Data in this exercise

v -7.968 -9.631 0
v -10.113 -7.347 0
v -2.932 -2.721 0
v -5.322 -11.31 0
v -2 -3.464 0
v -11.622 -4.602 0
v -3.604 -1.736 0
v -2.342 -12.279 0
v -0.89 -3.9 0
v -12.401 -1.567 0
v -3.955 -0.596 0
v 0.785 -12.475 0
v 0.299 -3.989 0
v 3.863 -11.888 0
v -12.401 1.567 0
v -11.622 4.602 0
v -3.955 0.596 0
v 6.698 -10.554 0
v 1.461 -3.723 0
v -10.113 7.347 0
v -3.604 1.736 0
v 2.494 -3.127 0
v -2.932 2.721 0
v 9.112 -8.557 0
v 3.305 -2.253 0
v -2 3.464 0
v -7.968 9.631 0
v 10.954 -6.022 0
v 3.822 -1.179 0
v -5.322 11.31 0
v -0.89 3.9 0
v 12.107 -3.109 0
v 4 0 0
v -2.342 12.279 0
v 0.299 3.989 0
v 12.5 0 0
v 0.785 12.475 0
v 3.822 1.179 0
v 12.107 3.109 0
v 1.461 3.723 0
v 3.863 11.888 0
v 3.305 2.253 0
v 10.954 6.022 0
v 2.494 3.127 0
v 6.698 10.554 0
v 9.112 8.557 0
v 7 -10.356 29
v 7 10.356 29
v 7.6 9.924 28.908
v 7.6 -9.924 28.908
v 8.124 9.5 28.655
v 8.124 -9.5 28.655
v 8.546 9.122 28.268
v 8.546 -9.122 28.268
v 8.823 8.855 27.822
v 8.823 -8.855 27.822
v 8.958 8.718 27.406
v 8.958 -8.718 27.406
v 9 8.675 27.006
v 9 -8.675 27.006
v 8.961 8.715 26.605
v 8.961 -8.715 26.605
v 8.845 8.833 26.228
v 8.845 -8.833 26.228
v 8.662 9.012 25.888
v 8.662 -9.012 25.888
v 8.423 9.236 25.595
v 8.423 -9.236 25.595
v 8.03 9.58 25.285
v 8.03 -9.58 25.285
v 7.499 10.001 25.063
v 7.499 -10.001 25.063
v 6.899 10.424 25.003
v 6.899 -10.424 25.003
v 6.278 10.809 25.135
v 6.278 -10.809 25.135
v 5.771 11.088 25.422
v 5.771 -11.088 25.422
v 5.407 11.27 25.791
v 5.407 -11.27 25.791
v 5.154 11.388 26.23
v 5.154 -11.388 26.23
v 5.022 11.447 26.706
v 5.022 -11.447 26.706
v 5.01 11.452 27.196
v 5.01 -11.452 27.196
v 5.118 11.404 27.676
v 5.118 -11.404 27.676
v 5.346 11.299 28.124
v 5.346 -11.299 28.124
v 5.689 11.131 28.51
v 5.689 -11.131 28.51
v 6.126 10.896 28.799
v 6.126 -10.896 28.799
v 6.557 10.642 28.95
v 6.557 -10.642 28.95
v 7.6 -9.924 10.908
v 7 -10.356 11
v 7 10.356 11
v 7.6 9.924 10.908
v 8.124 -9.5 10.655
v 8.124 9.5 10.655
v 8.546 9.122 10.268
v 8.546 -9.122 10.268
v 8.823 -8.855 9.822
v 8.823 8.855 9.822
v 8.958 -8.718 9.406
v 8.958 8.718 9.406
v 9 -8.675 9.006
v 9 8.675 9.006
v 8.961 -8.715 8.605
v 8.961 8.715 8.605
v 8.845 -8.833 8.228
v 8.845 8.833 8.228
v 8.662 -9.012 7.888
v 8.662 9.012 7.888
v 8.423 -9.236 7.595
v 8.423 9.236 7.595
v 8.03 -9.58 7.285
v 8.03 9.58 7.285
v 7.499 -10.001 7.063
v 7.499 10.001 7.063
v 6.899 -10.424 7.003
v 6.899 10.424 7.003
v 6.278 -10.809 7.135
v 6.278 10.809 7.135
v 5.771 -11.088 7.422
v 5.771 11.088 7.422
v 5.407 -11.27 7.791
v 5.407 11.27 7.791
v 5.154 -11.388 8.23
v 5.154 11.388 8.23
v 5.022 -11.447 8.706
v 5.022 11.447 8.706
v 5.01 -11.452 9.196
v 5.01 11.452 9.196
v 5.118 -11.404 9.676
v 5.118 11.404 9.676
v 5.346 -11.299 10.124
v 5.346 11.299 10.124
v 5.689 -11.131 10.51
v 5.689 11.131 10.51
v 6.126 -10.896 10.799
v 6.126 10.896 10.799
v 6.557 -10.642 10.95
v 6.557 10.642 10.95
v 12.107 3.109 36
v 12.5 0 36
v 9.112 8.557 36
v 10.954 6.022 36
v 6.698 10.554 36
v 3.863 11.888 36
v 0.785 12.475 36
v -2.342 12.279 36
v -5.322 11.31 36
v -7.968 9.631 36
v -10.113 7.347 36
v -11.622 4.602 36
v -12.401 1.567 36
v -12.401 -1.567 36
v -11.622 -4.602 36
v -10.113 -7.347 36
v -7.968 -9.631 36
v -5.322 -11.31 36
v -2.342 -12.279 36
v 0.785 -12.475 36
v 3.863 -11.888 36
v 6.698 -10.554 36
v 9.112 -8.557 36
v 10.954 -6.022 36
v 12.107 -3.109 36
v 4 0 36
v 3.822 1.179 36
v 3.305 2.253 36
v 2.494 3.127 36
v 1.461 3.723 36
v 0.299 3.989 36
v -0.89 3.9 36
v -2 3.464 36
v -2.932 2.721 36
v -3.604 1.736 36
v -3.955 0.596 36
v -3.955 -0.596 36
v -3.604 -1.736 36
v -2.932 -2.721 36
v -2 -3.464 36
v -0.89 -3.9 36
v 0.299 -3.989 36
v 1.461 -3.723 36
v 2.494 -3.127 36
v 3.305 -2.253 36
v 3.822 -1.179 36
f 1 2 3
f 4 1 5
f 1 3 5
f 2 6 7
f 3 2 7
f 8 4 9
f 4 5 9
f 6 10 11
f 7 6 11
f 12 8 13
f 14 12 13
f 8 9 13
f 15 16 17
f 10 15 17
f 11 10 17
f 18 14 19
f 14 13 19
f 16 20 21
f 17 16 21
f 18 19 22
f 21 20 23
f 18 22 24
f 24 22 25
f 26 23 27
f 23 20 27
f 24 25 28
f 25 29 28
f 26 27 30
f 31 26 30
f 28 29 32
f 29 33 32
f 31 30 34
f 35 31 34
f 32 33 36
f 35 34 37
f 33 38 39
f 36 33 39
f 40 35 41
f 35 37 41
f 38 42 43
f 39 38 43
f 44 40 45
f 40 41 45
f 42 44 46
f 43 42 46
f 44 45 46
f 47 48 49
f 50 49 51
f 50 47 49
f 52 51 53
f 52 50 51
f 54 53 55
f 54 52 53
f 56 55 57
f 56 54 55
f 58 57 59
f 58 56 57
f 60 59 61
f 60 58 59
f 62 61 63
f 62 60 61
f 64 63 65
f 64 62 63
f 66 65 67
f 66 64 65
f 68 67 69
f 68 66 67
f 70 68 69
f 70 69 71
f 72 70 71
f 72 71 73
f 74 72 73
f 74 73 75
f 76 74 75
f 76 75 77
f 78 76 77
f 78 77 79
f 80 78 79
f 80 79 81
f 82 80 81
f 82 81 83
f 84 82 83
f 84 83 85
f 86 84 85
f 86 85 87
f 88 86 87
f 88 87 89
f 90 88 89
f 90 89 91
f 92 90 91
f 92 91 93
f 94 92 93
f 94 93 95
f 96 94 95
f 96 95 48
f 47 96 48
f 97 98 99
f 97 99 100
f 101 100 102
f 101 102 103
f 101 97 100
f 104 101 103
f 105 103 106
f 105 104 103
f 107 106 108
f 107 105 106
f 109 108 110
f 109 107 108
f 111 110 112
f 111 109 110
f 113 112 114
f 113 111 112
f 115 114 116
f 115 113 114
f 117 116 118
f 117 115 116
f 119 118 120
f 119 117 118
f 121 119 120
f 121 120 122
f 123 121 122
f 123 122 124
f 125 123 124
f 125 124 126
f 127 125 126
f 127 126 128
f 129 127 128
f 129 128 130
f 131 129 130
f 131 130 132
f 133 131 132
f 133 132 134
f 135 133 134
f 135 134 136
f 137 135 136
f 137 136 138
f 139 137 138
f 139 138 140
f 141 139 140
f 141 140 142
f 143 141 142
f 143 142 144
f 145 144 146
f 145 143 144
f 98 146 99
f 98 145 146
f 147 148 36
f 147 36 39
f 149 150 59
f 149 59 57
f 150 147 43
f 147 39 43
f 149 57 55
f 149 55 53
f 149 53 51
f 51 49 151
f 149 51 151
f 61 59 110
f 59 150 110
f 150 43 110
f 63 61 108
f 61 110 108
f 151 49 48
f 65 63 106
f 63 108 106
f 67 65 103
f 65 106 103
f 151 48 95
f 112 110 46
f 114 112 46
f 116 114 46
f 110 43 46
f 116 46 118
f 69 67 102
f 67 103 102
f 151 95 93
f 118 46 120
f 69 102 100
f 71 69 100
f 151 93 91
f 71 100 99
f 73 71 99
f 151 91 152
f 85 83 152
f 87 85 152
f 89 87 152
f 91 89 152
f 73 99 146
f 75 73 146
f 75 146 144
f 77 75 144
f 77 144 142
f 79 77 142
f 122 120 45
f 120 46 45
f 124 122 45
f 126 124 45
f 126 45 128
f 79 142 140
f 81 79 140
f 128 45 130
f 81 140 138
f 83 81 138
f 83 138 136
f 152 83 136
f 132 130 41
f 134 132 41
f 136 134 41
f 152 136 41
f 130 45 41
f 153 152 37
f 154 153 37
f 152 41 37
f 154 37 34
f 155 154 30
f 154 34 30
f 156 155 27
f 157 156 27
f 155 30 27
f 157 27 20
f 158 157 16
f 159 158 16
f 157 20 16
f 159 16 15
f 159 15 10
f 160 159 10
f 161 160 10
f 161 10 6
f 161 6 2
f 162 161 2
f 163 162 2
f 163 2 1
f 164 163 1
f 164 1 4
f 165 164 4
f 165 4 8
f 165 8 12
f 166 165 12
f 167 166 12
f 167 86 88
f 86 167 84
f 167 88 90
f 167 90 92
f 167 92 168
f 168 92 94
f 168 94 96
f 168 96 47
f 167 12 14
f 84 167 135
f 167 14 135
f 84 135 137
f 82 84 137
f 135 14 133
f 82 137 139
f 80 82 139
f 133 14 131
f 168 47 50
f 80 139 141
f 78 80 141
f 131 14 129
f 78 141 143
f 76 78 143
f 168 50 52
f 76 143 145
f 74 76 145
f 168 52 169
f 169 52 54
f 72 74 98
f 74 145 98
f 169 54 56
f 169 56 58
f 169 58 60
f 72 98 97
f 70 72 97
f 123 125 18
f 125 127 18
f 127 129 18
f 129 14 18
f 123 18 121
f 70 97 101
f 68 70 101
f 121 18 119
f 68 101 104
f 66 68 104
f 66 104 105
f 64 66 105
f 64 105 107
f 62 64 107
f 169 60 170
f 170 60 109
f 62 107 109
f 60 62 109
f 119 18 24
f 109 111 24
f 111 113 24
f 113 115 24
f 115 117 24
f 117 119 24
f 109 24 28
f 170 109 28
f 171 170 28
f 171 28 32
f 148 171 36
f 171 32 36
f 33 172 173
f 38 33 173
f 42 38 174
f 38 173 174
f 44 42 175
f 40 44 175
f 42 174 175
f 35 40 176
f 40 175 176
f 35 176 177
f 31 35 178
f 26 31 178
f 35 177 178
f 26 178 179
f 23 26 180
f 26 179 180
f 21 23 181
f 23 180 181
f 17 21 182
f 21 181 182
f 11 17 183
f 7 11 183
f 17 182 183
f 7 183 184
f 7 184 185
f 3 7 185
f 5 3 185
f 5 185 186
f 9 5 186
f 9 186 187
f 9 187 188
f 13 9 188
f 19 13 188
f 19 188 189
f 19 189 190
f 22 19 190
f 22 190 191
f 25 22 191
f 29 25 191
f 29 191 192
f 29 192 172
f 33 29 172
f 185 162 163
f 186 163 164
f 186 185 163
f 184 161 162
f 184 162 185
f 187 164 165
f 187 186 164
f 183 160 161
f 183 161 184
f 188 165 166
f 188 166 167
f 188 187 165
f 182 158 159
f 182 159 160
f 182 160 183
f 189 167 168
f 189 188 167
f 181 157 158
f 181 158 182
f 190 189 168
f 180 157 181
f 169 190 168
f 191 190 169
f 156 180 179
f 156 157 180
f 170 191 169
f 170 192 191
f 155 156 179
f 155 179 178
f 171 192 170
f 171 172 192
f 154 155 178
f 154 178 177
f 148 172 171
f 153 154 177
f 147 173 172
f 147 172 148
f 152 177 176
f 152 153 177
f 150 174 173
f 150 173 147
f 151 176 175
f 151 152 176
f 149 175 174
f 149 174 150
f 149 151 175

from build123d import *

# Parameters (mm, degrees)
SKETCH_1_R               = 12.5
EXTRUDE_1_DEPTH          = 36
SKETCH_3_R               = 4
CUT_EXTRUDE_1_DEPTH      = 41.10610926
CUT_EXTRUDE_2_DEPTH      = 41.10610926
CUT_EXTRUDE_2_DEPTH_BACK = 41.10610926
SKETCH_4_R               = 2


with BuildPart() as part:
    # 草图1 → 拉伸1 (new body)
    with BuildSketch(Plane.XY):
        Circle(SKETCH_1_R)
    extrude(amount=EXTRUDE_1_DEPTH)

    # 草图3 → 切除-拉伸1 (cut, through all)
    with BuildSketch(Plane.XY.offset(36)):
        Circle(SKETCH_3_R)
    extrude(amount=-CUT_EXTRUDE_1_DEPTH, mode=Mode.SUBTRACT)

    # 草图4 → 切除-拉伸2 (cut, two sides: drawn at the far end of the back side and taken through both)
    with BuildSketch(Plane(origin=(0, 0, 0), x_dir=(1, 0, 0), z_dir=(0, 1, 0)).offset(-CUT_EXTRUDE_2_DEPTH_BACK)):
        with Locations(Location((7, -9, 0), (0, 0, 270))):
            Circle(SKETCH_4_R)
        with Locations(Location((7, -27, 0), (0, 0, 270))):
            Circle(SKETCH_4_R)
    extrude(amount=CUT_EXTRUDE_2_DEPTH + CUT_EXTRUDE_2_DEPTH_BACK, mode=Mode.SUBTRACT)


solid = part.part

Action item
Quote the listing above, but only from the line that shows "f 40 44 175" through the line that shows "f 189 188 167".

Task answer
f 40 44 175
f 42 174 175
f 35 40 176
f 40 175 176
f 35 176 177
f 31 35 178
f 26 31 178
f 35 177 178
f 26 178 179
f 23 26 180
f 26 179 180
f 21 23 181
f 23 180 181
f 17 21 182
f 21 181 182
f 11 17 183
f 7 11 183
f 17 182 183
f 7 183 184
f 7 184 185
f 3 7 185
f 5 3 185
f 5 185 186
f 9 5 186
f 9 186 187
f 9 187 188
f 13 9 188
f 19 13 188
f 19 188 189
f 19 189 190
f 22 19 190
f 22 190 191
f 25 22 191
f 29 25 191
f 29 191 192
f 29 192 172
f 33 29 172
f 185 162 163
f 186 163 164
f 186 185 163
f 184 161 162
f 184 162 185
f 187 164 165
f 187 186 164
f 183 160 161
f 183 161 184
f 188 165 166
f 188 166 167
f 188 187 165
f 182 158 159
f 182 159 160
f 182 160 183
f 189 167 168
f 189 188 167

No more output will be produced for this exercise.